= Lyonsville, California =

Unincorporated community in California, United States

Lyonsville in Tehama County, California, United States was the site of the Lyonsville Mill, a major lumber operation which was once the largest sawmill in Northern California. It was located between the north and south forks of Antelope Creek, high above Hogsback Ridge. The mill served logging operations around Antelope Creek, and around it grew a town of the same name, with two saloons, a community hall, a general store, a post office, and machine and blacksmith shops. At its peak, there were more than 1000 people in the town.

Nothing remains of it today apart from a giant sawdust pile, some brick mill foundations, a cemetery located 0.5 mile from the town proper, and thousands of square nails, bolts, and railroad spikes.
==History==
A post office was established at Lyonsville in 1883, which was moved to Paynes Creek in May 1937. The mill, and town, were named after Darwyn B. Lyon, who was the first superintendent of the Antelope Division of the Sierra Lumber Company, which operated several mills in the area when the town was founded.

Champion #1 Mill was built by Herbert Kraft and became one of the C. F. Ellsworth mills in Antelope Creek in 1870.

The Lyonsville Mill, also known as Champion #2 Mill and by locals as "The Champ", was constructed three times, and by 1885 employed 300 to 400 people. It was first built as a steam mill in 1876/1877, having 2 circular saws which could nominally cut 30000 board-feet per day, and operated until it burned down in 1891. It was then re-built, to again burn down in 1907. A narrow-gauge railway with a roundhouse was used to move logs to the mill.

The Diamond Match Company acquired Sierra's timber holdings in 1907, and the mill was rebuilt in 1908 for the third time.

At the turn of the century, mill hands would "ride the flume" on wooden boards for 35 miles between Lyonsville and Red Bluff. The original flume had been built by the people who first settled Lyonsville, to divert water from the Creek to their home, which was on an old Yahi Native American foot trail between Lassen and Antelope Creek, named Waganupa. The mill was served by a newer box flume. Sawdust was dumped from the mill at the foot of Antelope Creek and would eventually become a pile several hundred feet deep.

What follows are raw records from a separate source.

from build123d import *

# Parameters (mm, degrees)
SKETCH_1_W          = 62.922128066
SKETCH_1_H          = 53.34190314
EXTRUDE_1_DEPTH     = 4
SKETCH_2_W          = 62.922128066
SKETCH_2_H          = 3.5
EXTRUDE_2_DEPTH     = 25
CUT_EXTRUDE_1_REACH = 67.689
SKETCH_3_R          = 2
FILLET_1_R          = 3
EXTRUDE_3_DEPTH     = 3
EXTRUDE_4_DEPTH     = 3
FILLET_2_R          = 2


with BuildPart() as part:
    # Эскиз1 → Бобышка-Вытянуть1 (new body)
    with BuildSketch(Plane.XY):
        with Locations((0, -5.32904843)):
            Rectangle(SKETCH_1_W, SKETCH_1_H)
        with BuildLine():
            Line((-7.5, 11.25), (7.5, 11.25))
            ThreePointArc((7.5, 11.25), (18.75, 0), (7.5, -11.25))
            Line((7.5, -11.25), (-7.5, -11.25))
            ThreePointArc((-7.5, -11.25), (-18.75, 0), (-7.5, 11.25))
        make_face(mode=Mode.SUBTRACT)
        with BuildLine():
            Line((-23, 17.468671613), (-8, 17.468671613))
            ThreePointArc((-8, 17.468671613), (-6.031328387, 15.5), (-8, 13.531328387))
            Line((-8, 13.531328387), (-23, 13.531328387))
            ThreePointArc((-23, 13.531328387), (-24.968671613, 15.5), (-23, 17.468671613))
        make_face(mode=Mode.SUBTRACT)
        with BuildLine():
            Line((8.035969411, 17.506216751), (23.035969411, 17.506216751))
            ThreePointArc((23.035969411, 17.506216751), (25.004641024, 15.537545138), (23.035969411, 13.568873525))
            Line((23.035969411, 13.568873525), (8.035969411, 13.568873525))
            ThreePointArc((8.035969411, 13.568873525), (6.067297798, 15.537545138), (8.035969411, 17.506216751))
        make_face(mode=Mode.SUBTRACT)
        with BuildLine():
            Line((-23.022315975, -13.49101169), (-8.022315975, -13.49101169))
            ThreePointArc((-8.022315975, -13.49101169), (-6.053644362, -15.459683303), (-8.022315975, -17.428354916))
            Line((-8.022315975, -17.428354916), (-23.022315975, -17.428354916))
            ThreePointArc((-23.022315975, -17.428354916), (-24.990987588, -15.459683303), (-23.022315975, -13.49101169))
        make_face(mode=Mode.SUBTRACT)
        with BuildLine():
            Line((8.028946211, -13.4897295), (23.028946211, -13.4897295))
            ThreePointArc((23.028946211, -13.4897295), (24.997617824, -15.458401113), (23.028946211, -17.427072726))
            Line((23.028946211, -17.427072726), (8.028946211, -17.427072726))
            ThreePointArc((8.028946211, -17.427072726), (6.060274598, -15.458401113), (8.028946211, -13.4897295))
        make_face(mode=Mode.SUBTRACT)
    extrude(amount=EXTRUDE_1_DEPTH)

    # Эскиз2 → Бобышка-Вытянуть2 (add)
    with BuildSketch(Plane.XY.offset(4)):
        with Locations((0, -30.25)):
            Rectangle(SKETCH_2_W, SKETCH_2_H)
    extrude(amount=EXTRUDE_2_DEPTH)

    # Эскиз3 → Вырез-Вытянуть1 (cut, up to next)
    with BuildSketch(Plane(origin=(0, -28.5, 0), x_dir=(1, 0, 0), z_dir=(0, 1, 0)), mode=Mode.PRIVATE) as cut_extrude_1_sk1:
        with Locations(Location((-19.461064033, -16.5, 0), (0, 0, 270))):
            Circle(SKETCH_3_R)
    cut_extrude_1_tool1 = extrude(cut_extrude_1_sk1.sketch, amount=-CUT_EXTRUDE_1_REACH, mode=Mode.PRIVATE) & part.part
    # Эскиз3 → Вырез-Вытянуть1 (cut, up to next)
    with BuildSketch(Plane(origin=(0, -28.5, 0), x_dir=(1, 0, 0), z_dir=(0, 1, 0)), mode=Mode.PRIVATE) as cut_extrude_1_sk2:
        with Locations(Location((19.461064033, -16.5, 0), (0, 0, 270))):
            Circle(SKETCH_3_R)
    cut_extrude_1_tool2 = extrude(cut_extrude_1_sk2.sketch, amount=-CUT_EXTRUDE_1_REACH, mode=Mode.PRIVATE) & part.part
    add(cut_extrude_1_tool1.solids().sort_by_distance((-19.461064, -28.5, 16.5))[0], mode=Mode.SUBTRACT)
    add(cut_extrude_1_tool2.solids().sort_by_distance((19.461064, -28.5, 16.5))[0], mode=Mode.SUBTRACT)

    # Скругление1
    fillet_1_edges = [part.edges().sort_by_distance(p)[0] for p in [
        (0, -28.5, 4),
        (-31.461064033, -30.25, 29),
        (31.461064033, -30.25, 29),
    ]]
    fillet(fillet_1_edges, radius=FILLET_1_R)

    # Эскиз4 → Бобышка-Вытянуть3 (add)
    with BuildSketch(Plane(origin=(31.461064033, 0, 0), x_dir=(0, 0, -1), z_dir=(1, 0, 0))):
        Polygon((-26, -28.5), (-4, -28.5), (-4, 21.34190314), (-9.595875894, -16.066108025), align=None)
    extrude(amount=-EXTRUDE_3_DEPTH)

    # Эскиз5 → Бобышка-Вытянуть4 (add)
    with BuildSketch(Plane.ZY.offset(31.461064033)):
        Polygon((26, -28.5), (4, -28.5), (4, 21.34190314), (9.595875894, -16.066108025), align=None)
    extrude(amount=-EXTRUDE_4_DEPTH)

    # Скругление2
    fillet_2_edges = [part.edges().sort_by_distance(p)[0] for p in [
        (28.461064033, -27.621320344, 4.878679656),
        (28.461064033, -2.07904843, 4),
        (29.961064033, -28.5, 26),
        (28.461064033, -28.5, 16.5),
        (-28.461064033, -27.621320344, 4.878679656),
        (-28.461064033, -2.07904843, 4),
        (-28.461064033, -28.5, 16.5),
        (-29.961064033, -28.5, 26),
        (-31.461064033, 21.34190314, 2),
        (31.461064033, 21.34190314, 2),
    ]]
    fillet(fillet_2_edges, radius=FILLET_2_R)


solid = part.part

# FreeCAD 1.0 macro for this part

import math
import FreeCAD as App
import Part
import Sketcher
from FreeCAD import Vector


def edges_at(feature, points):
    """Names of the edges that pass closest to the given points."""
    edges = feature.Shape.Edges
    near = lambda p: min(range(len(edges)), key=lambda i: edges[i].distToShape(Part.Vertex(*p))[0])
    return sorted({f"Edge{near(p) + 1}" for p in points})

doc = App.newDocument("Part")
body = doc.addObject("PartDesign::Body", "Body")

# Sketch on XY plane
sketch1 = doc.addObject("Sketcher::SketchObject", "Sketch")
body.addObject(sketch1)
sketch1.AttachmentSupport = (doc.XY_Plane, [""])
sketch1.MapMode = "FlatFace"
sketch1.addGeometry([
    Part.LineSegment(Vector(-31.461064, 21.341903, 0), Vector(-31.461064, -32, 0)),  # 0
    Part.LineSegment(Vector(-31.461064, -32, 0), Vector(31.461064, -32, 0)),  # 1
    Part.LineSegment(Vector(31.461064, -32, 0), Vector(31.461064, 21.341903, 0)),  # 2
    Part.LineSegment(Vector(31.461064, 21.341903, 0), Vector(-31.461064, 21.341903, 0)),  # 3
    Part.ArcOfCircle(Part.Circle(Vector(-23.022316, -15.459683, 0), Vector(0, 0, 1), 1.968672), math.radians(90), math.radians(270)),  # 4
    Part.LineSegment(Vector(-23.022316, -13.491012, 0), Vector(-8.022316, -13.491012, 0)),  # 5
    Part.ArcOfCircle(Part.Circle(Vector(-8.022316, -15.459683, 0), Vector(0, 0, 1), 1.968672), math.radians(-90), math.radians(90)),  # 6
    Part.LineSegment(Vector(-8.022316, -17.428355, 0), Vector(-23.022316, -17.428355, 0)),  # 7
    Part.ArcOfCircle(Part.Circle(Vector(-7.5, 0, 0), Vector(0, 0, 1), 11.25), math.radians(90), math.radians(270)),  # 8
    Part.LineSegment(Vector(-7.5, 11.25, 0), Vector(7.5, 11.25, 0)),  # 9
    Part.ArcOfCircle(Part.Circle(Vector(7.5, 0, 0), Vector(0, 0, 1), 11.25), math.radians(-90), math.radians(90)),  # 10
    Part.LineSegment(Vector(7.5, -11.25, 0), Vector(-7.5, -11.25, 0)),  # 11
    Part.ArcOfCircle(Part.Circle(Vector(8.028946, -15.458401, 0), Vector(0, 0, 1), 1.968672), math.radians(90), math.radians(270)),  # 12
    Part.LineSegment(Vector(8.028946, -13.489729, 0), Vector(23.028946, -13.489729, 0)),  # 13
    Part.ArcOfCircle(Part.Circle(Vector(23.028946, -15.458401, 0), Vector(0, 0, 1), 1.968672), math.radians(-90), math.radians(90)),  # 14
    Part.LineSegment(Vector(23.028946, -17.427073, 0), Vector(8.028946, -17.427073, 0)),  # 15
    Part.ArcOfCircle(Part.Circle(Vector(-23, 15.5, 0), Vector(0, 0, 1), 1.968672), math.radians(90), math.radians(270)),  # 16
    Part.LineSegment(Vector(-23, 17.468672, 0), Vector(-8, 17.468672, 0)),  # 17
    Part.ArcOfCircle(Part.Circle(Vector(-8, 15.5, 0), Vector(0, 0, 1), 1.968672), math.radians(-90), math.radians(90)),  # 18
    Part.LineSegment(Vector(-8, 13.531328, 0), Vector(-23, 13.531328, 0)),  # 19
    Part.ArcOfCircle(Part.Circle(Vector(8.035969, 15.537545, 0), Vector(0, 0, 1), 1.968672), math.radians(90), math.radians(270)),  # 20
    Part.LineSegment(Vector(8.035969, 17.506217, 0), Vector(23.035969, 17.506217, 0)),  # 21
    Part.ArcOfCircle(Part.Circle(Vector(23.035969, 15.537545, 0), Vector(0, 0, 1), 1.968672), math.radians(-90), math.radians(90)),  # 22
    Part.LineSegment(Vector(23.035969, 13.568874, 0), Vector(8.035969, 13.568874, 0)),  # 23
], False)
sketch1.addConstraint([
    Sketcher.Constraint("Coincident", 0, 2, 1, 1),
    Sketcher.Constraint("Coincident", 1, 2, 2, 1),
    Sketcher.Constraint("Coincident", 2, 2, 3, 1),
    Sketcher.Constraint("Coincident", 3, 2, 0, 1),
    Sketcher.Constraint("Tangent", 4, 1, 5, 1),
    Sketcher.Constraint("Tangent", 5, 2, 6, 2),
    Sketcher.Constraint("Tangent", 6, 1, 7, 1),
    Sketcher.Constraint("Tangent", 7, 2, 4, 2),
    Sketcher.Constraint("Tangent", 8, 1, 9, 1),
    Sketcher.Constraint("Tangent", 9, 2, 10, 2),
    Sketcher.Constraint("Tangent", 10, 1, 11, 1),
    Sketcher.Constraint("Tangent", 11, 2, 8, 2),
    Sketcher.Constraint("Tangent", 12, 1, 13, 1),
    Sketcher.Constraint("Tangent", 13, 2, 14, 2),
    Sketcher.Constraint("Tangent", 14, 1, 15, 1),
    Sketcher.Constraint("Tangent", 15, 2, 12, 2),
    Sketcher.Constraint("Tangent", 16, 1, 17, 1),
    Sketcher.Constraint("Tangent", 17, 2, 18, 2),
    Sketcher.Constraint("Tangent", 18, 1, 19, 1),
    Sketcher.Constraint("Tangent", 19, 2, 16, 2),
    Sketcher.Constraint("Tangent", 20, 1, 21, 1),
    Sketcher.Constraint("Tangent", 21, 2, 22, 2),
    Sketcher.Constraint("Tangent", 22, 1, 23, 1),
    Sketcher.Constraint("Tangent", 23, 2, 20, 2),
    Sketcher.Constraint("Vertical", 0),
    Sketcher.Constraint("Horizontal", 1),
    Sketcher.Constraint("Vertical", 2),
    Sketcher.Constraint("Horizontal", 3),
    Sketcher.Constraint("Horizontal", 5),
    Sketcher.Constraint("Horizontal", 7),
    Sketcher.Constraint("Horizontal", 9),
    Sketcher.Constraint("Horizontal", 11),
    Sketcher.Constraint("Horizontal", 13),
    Sketcher.Constraint("Horizontal", 15),
    Sketcher.Constraint("Horizontal", 17),
    Sketcher.Constraint("Horizontal", 19),
    Sketcher.Constraint("Horizontal", 21),
    Sketcher.Constraint("Horizontal", 23),
    Sketcher.Constraint("Equal", 6, 12),
    Sketcher.Constraint("Equal", 14, 16),
    Sketcher.Constraint("Equal", 18, 20),
    Sketcher.Constraint("Symmetric", 8, 3, 10, 3, -1, 1),
    Sketcher.Constraint("Equal", 7, 9),
    Sketcher.Constraint("Equal", 11, 13),
    Sketcher.Constraint("Equal", 15, 17),
    Sketcher.Constraint("Equal", 19, 21),
    Sketcher.Constraint("DistanceX", 5, 1, 5, 2, 15.0),
    Sketcher.Constraint("Radius", 8, 11.25),
    Sketcher.Constraint("DistanceX", 16, 3, -1, 1, 23.0),
    Sketcher.Constraint("DistanceY", 0, 2, -1, 1, 32.0),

In 1913, Champion #2 Mill closed because Diamond Match moved their operations to Sterling City. By 1918, residents had abandoned the town. However, a "new" Lyonsville, 1.5 mile northeast of the original site and near the Turner Ranch, is recorded between 1926 and 1956. It was the location of a Civilian Conservation Corps camp. Although Lyonsville became a ghost town, its post office did not close until December 28, 1937.